We don't have sub-dword registers, so the < and comment are misleading

test/CodeGen/AMDGPU/limit-coalesce.mir
54

Can you add more tests for more register sizes?

This is a very conservative limitation to fix bloat in clFFT, where it saves ~600 bytes of scratch per kernel by creating vreg_96 from vreg_64. I have no doubt this place will be revisited much more times to improve heuristics as more codes are analyzed. This is really just a start of it.

lib/Target/AMDGPU/SIRegisterInfo.cpp
1484–1486

What do you mean?

/// getSize - Return the size of the register in bytes, which is also the size
/// of a stack slot allocated to hold a spilled copy of this register.
1491–1493

This is for packed f16, we do not want to revisit this.

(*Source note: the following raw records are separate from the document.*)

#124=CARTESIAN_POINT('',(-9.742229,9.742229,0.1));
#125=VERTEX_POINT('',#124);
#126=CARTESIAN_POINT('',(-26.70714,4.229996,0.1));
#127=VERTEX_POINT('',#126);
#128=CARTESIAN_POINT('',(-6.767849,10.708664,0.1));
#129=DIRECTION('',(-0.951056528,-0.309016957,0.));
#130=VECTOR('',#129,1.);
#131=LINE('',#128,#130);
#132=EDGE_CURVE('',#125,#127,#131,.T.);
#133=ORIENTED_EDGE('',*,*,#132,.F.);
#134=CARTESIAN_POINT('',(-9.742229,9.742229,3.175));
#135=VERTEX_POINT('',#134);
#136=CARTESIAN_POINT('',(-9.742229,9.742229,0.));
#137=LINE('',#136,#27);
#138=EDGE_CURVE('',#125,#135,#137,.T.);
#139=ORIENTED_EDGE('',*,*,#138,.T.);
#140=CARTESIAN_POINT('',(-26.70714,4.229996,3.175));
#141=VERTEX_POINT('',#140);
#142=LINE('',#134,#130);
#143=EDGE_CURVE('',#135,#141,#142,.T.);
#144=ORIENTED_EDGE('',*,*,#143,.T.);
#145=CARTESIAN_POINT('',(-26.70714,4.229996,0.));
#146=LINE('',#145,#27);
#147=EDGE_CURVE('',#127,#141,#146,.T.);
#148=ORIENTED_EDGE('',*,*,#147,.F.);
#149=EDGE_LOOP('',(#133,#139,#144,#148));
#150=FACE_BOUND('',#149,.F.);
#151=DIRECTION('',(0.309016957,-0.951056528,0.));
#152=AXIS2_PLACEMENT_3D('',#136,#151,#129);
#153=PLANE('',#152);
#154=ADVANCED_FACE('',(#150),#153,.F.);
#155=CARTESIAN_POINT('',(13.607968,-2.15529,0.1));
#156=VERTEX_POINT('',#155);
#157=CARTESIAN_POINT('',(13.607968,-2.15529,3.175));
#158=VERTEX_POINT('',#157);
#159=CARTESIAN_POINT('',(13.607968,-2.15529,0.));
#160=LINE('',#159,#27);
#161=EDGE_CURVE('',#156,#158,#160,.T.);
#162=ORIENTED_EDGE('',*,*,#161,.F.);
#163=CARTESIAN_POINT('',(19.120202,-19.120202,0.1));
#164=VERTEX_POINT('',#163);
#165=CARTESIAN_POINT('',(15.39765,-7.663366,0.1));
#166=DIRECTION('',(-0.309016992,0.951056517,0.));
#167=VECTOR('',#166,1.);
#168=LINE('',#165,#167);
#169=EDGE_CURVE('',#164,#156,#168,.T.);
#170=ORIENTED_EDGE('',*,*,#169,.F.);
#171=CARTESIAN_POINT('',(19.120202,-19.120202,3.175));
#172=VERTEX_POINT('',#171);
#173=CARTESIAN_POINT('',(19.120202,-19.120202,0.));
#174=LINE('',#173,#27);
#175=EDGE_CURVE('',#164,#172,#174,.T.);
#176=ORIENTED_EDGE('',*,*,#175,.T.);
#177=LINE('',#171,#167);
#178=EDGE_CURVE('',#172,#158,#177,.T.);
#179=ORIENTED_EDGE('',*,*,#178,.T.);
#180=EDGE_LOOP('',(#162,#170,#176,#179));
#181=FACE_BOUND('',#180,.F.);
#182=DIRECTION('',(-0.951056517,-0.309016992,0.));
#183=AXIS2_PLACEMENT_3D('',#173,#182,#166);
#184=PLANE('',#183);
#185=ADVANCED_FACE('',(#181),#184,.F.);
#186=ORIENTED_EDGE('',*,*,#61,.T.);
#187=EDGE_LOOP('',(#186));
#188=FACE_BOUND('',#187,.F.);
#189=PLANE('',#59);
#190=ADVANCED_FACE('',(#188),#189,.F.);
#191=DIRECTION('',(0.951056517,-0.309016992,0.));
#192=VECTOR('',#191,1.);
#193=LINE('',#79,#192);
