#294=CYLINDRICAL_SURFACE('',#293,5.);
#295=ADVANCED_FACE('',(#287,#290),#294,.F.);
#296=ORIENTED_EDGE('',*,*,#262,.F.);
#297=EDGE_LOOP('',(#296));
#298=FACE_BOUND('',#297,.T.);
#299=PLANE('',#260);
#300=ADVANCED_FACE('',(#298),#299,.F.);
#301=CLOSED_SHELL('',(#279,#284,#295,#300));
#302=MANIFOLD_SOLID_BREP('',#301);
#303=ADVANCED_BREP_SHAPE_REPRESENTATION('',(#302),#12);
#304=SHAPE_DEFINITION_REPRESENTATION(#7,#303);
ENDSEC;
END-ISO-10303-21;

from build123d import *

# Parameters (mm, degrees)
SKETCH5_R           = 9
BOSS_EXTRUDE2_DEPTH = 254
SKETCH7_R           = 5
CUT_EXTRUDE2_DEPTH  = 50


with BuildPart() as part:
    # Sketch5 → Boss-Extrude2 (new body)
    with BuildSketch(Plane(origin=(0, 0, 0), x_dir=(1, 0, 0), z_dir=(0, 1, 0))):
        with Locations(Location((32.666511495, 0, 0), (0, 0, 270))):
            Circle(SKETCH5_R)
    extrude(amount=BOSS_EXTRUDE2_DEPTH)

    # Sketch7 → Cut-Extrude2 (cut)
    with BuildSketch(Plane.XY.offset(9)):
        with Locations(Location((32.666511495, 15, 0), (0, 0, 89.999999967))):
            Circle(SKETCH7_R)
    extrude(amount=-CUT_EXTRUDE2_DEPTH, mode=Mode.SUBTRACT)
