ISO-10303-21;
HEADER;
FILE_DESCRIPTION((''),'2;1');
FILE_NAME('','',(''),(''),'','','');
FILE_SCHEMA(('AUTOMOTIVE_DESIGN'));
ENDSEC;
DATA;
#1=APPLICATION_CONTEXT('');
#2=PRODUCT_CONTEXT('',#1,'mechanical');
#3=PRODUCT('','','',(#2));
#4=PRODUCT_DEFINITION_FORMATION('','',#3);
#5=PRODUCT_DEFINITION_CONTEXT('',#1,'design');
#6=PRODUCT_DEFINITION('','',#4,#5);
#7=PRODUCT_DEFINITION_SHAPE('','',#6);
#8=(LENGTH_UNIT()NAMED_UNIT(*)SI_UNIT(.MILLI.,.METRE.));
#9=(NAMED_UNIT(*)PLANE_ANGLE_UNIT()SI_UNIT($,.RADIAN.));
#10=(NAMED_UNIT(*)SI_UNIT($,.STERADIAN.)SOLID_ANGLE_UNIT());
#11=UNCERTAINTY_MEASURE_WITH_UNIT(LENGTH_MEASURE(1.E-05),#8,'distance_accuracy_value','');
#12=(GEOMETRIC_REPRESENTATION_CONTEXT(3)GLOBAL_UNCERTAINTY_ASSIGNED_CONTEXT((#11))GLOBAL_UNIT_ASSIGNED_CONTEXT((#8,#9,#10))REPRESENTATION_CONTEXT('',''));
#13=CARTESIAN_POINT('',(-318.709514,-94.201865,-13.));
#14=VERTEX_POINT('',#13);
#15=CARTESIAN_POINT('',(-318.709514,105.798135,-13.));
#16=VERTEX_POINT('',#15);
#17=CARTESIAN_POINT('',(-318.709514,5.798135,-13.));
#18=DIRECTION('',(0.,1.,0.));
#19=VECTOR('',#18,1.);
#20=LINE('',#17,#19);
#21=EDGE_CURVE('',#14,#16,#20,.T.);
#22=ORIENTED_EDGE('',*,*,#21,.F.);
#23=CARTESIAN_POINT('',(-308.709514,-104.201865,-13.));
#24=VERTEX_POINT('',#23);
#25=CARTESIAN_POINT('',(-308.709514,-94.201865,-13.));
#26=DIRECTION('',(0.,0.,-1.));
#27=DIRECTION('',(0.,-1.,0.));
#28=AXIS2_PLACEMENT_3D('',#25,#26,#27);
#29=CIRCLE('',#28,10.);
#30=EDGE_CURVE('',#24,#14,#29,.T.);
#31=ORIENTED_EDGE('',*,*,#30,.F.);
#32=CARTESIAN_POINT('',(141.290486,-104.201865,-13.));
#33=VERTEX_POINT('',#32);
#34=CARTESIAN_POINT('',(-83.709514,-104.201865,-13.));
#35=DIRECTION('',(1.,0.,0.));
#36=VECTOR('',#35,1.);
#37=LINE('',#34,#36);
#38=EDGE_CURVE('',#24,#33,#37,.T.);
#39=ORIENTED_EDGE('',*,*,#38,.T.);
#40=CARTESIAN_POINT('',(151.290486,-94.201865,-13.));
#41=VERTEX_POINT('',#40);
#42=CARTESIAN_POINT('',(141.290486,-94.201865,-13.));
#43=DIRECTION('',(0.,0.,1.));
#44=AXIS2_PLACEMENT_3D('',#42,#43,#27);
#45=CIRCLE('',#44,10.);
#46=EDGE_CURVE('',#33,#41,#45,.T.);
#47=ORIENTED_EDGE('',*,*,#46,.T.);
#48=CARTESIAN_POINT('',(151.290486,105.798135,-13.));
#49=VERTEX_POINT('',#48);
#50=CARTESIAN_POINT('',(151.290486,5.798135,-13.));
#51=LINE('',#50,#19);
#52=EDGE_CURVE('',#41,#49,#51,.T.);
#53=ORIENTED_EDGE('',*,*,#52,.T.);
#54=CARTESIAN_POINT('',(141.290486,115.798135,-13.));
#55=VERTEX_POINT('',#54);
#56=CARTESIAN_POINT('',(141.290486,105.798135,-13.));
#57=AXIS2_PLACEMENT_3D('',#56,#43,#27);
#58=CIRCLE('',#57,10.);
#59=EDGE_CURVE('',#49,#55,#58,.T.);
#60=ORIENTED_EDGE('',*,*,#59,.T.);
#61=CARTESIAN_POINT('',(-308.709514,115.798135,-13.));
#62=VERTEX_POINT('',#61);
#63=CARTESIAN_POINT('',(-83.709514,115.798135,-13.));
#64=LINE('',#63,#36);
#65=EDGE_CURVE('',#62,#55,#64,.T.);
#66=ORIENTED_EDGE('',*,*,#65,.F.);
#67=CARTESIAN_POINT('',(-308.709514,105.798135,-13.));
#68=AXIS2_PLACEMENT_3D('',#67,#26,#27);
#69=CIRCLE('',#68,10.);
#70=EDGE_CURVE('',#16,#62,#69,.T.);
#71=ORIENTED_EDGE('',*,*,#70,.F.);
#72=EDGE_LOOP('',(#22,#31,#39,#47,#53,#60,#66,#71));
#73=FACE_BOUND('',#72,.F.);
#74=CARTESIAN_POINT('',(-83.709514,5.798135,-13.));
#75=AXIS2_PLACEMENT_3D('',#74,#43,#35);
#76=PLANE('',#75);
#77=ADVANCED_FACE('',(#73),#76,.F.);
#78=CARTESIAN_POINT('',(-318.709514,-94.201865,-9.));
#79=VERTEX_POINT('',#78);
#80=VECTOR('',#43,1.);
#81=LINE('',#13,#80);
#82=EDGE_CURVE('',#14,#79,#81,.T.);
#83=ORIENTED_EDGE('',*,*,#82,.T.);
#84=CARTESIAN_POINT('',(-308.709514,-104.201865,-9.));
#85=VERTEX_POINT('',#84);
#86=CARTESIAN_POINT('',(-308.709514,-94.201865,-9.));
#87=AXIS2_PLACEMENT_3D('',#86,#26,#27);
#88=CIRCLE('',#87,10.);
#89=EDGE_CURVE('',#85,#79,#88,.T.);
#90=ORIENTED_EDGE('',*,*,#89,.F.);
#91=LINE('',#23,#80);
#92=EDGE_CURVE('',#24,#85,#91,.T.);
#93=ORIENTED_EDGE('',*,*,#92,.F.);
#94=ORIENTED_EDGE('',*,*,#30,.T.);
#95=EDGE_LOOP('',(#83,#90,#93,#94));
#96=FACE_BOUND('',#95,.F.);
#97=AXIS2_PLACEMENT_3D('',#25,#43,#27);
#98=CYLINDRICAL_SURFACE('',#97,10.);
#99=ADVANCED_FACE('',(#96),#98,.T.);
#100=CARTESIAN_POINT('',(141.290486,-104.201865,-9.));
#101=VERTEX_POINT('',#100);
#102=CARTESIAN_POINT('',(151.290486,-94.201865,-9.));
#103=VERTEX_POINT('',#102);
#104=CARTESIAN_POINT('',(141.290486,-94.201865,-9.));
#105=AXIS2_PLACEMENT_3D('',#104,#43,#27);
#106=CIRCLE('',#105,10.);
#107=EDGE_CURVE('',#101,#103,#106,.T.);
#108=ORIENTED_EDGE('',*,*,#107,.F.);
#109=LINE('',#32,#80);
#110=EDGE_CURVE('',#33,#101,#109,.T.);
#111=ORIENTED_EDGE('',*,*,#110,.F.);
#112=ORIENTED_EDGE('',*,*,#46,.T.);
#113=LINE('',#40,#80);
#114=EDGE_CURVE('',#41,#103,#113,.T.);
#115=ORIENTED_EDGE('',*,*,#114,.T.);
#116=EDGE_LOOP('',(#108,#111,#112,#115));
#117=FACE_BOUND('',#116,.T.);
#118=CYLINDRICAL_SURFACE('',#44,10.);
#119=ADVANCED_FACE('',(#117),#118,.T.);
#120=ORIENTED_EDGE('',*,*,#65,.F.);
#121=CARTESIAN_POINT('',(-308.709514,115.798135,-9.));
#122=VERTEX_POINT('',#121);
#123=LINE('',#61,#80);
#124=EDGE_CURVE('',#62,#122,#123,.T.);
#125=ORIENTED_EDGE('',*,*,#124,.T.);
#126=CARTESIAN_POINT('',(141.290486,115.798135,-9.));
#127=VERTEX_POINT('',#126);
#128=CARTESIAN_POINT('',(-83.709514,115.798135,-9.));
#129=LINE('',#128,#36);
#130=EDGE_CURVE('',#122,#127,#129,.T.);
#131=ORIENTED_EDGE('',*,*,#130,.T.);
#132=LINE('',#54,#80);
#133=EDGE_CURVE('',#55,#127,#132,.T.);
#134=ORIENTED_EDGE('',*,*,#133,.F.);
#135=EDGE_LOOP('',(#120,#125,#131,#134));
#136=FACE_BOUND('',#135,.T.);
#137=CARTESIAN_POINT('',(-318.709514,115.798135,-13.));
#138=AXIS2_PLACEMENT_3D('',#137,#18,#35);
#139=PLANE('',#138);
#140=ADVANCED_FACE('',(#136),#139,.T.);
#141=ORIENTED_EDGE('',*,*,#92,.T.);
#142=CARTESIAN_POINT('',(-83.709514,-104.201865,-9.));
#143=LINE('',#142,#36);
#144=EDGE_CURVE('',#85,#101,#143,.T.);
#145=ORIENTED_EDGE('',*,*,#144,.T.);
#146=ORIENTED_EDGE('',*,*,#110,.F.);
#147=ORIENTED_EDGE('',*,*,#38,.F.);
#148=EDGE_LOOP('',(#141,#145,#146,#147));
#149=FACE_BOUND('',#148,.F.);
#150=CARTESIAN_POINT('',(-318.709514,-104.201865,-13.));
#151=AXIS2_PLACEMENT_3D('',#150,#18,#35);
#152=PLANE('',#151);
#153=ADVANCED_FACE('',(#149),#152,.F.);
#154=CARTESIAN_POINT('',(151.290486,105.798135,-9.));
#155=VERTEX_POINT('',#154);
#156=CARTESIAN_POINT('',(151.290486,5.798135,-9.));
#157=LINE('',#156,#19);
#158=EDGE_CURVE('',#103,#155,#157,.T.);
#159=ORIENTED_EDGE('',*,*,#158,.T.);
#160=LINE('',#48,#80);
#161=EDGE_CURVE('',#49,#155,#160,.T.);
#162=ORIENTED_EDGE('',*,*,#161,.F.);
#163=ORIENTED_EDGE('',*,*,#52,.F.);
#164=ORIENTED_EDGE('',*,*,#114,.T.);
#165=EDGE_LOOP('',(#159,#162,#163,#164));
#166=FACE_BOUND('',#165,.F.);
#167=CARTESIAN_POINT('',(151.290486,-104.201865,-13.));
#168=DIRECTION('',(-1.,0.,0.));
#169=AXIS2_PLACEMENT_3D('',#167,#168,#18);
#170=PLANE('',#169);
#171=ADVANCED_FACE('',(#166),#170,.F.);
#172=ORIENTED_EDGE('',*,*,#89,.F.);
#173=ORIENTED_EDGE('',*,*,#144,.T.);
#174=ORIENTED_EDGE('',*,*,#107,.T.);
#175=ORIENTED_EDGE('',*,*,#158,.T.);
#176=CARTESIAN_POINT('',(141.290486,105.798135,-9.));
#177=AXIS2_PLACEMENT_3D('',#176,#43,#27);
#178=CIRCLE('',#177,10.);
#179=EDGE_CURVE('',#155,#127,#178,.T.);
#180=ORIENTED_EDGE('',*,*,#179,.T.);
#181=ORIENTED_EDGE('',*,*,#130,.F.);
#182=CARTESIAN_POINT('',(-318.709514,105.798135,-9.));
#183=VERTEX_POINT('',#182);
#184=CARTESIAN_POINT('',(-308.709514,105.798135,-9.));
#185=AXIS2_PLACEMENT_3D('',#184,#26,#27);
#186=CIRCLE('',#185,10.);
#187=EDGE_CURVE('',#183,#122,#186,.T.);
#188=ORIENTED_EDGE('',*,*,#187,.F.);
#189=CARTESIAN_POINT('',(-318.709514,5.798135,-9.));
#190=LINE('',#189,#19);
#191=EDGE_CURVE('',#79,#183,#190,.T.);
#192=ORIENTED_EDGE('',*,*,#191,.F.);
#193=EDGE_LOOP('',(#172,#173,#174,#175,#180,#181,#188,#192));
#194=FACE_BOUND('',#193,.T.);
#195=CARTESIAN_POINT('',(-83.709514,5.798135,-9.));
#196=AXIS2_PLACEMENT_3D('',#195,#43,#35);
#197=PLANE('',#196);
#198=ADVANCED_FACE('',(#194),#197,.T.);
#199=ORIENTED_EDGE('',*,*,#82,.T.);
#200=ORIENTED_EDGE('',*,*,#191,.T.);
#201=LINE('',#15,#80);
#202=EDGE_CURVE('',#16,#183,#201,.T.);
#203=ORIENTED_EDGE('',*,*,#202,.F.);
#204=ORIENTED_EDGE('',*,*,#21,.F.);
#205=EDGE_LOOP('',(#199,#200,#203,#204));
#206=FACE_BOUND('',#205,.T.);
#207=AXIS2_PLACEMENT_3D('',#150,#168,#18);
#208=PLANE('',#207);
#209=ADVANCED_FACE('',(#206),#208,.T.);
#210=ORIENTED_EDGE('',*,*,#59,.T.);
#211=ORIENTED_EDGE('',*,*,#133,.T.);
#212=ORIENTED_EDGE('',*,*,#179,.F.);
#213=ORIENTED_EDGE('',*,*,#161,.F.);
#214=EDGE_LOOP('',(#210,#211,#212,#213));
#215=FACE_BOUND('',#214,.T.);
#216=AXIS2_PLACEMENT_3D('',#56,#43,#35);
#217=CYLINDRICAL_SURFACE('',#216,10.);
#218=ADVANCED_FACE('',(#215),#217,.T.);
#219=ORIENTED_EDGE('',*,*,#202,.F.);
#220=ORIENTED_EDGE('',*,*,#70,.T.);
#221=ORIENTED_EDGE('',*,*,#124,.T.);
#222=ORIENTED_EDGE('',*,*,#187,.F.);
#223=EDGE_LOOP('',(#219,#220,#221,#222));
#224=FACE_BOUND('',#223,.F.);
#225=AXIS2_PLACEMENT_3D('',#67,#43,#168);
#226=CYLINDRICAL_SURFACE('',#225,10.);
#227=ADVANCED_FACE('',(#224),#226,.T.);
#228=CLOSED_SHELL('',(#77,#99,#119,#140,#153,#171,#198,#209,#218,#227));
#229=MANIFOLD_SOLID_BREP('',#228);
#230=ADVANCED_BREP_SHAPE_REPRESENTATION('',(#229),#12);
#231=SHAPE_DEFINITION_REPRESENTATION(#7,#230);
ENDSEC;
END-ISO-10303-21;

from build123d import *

# Parameters (mm, degrees)
SKETCH_W    = 470
SKETCH_H    = 220
PAD_DEPTH   = 4
FILLET_R    = 10
FILLET001_R = 10
FILLET002_R = 10
FILLET003_R = 10


with BuildPart() as part:
    # Sketch → Pad (new body)
    with BuildSketch(Plane.XY):
        with Locations((113.290486, 6.298135)):
            Rectangle(SKETCH_W, SKETCH_H)
    extrude(amount=PAD_DEPTH)

    # Fillet
    fillet_edges = [part.edges().sort_by_distance(p)[0] for p in [
        (348.290486, -103.701865, 2),
    ]]
    fillet(fillet_edges, radius=FILLET_R)

    # Fillet001
    fillet001_edges = [part.edges().sort_by_distance(p)[0] for p in [
        (348.290486, 116.298135, 2),
    ]]
    fillet(fillet001_edges, radius=FILLET001_R)

    # Fillet002
    fillet002_edges = [part.edges().sort_by_distance(p)[0] for p in [
        (-121.709514, -103.701865, 2),
    ]]
    fillet(fillet002_edges, radius=FILLET002_R)

    # Fillet003
    fillet003_edges = [part.edges().sort_by_distance(p)[0] for p in [
        (-121.709514, 116.298135, 2),
    ]]
    fillet(fillet003_edges, radius=FILLET003_R)


with BuildPart() as part_1:
    # Body placement: moved
    add(part.part.moved(Location((-197, -0.5, -13))))


solid = part_1.part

rampitec updated this revision to Diff 84624.Jan 16 2017, 7:51 PM

Modified test to add more sizes.

rampitec marked an inline comment as done.Jan 16 2017, 7:51 PM
arsenm added inline comments.Jan 16 2017, 8:36 PM
lib/Target/AMDGPU/SIRegisterInfo.cpp
1484–1486

Since https://reviews.llvm.org/D24631 the TargetRegisterClass is supposed to be considered only the spill size, which may be different from the register bit width

1491–1493

Even with packed f16 we don't have smaller sub registers than 4

rampitec updated this revision to Diff 84630.Jan 16 2017, 9:36 PM

Updated comment concerning sub-dwords.

lib/Target/AMDGPU/SIRegisterInfo.cpp
1484–1486

It is not yet committed, and AMDGPU::getRegBitWidth() is not even close to handle all register classes. When it is submitted it can be reconsidered, but I guess it should auto generate defaults to prevent "Unexpected register class" assertion.

1491–1493

I'm not sure it will stay this way in the future. Anyway, comment is updated, but I do not want to remove "<".

vpykhtin accepted this revision.Jan 18 2017, 5:56 AM

LGTM.

This revision is now accepted and ready to land.Jan 18 2017, 5:56 AM
This revision was automatically updated to reflect the committed changes.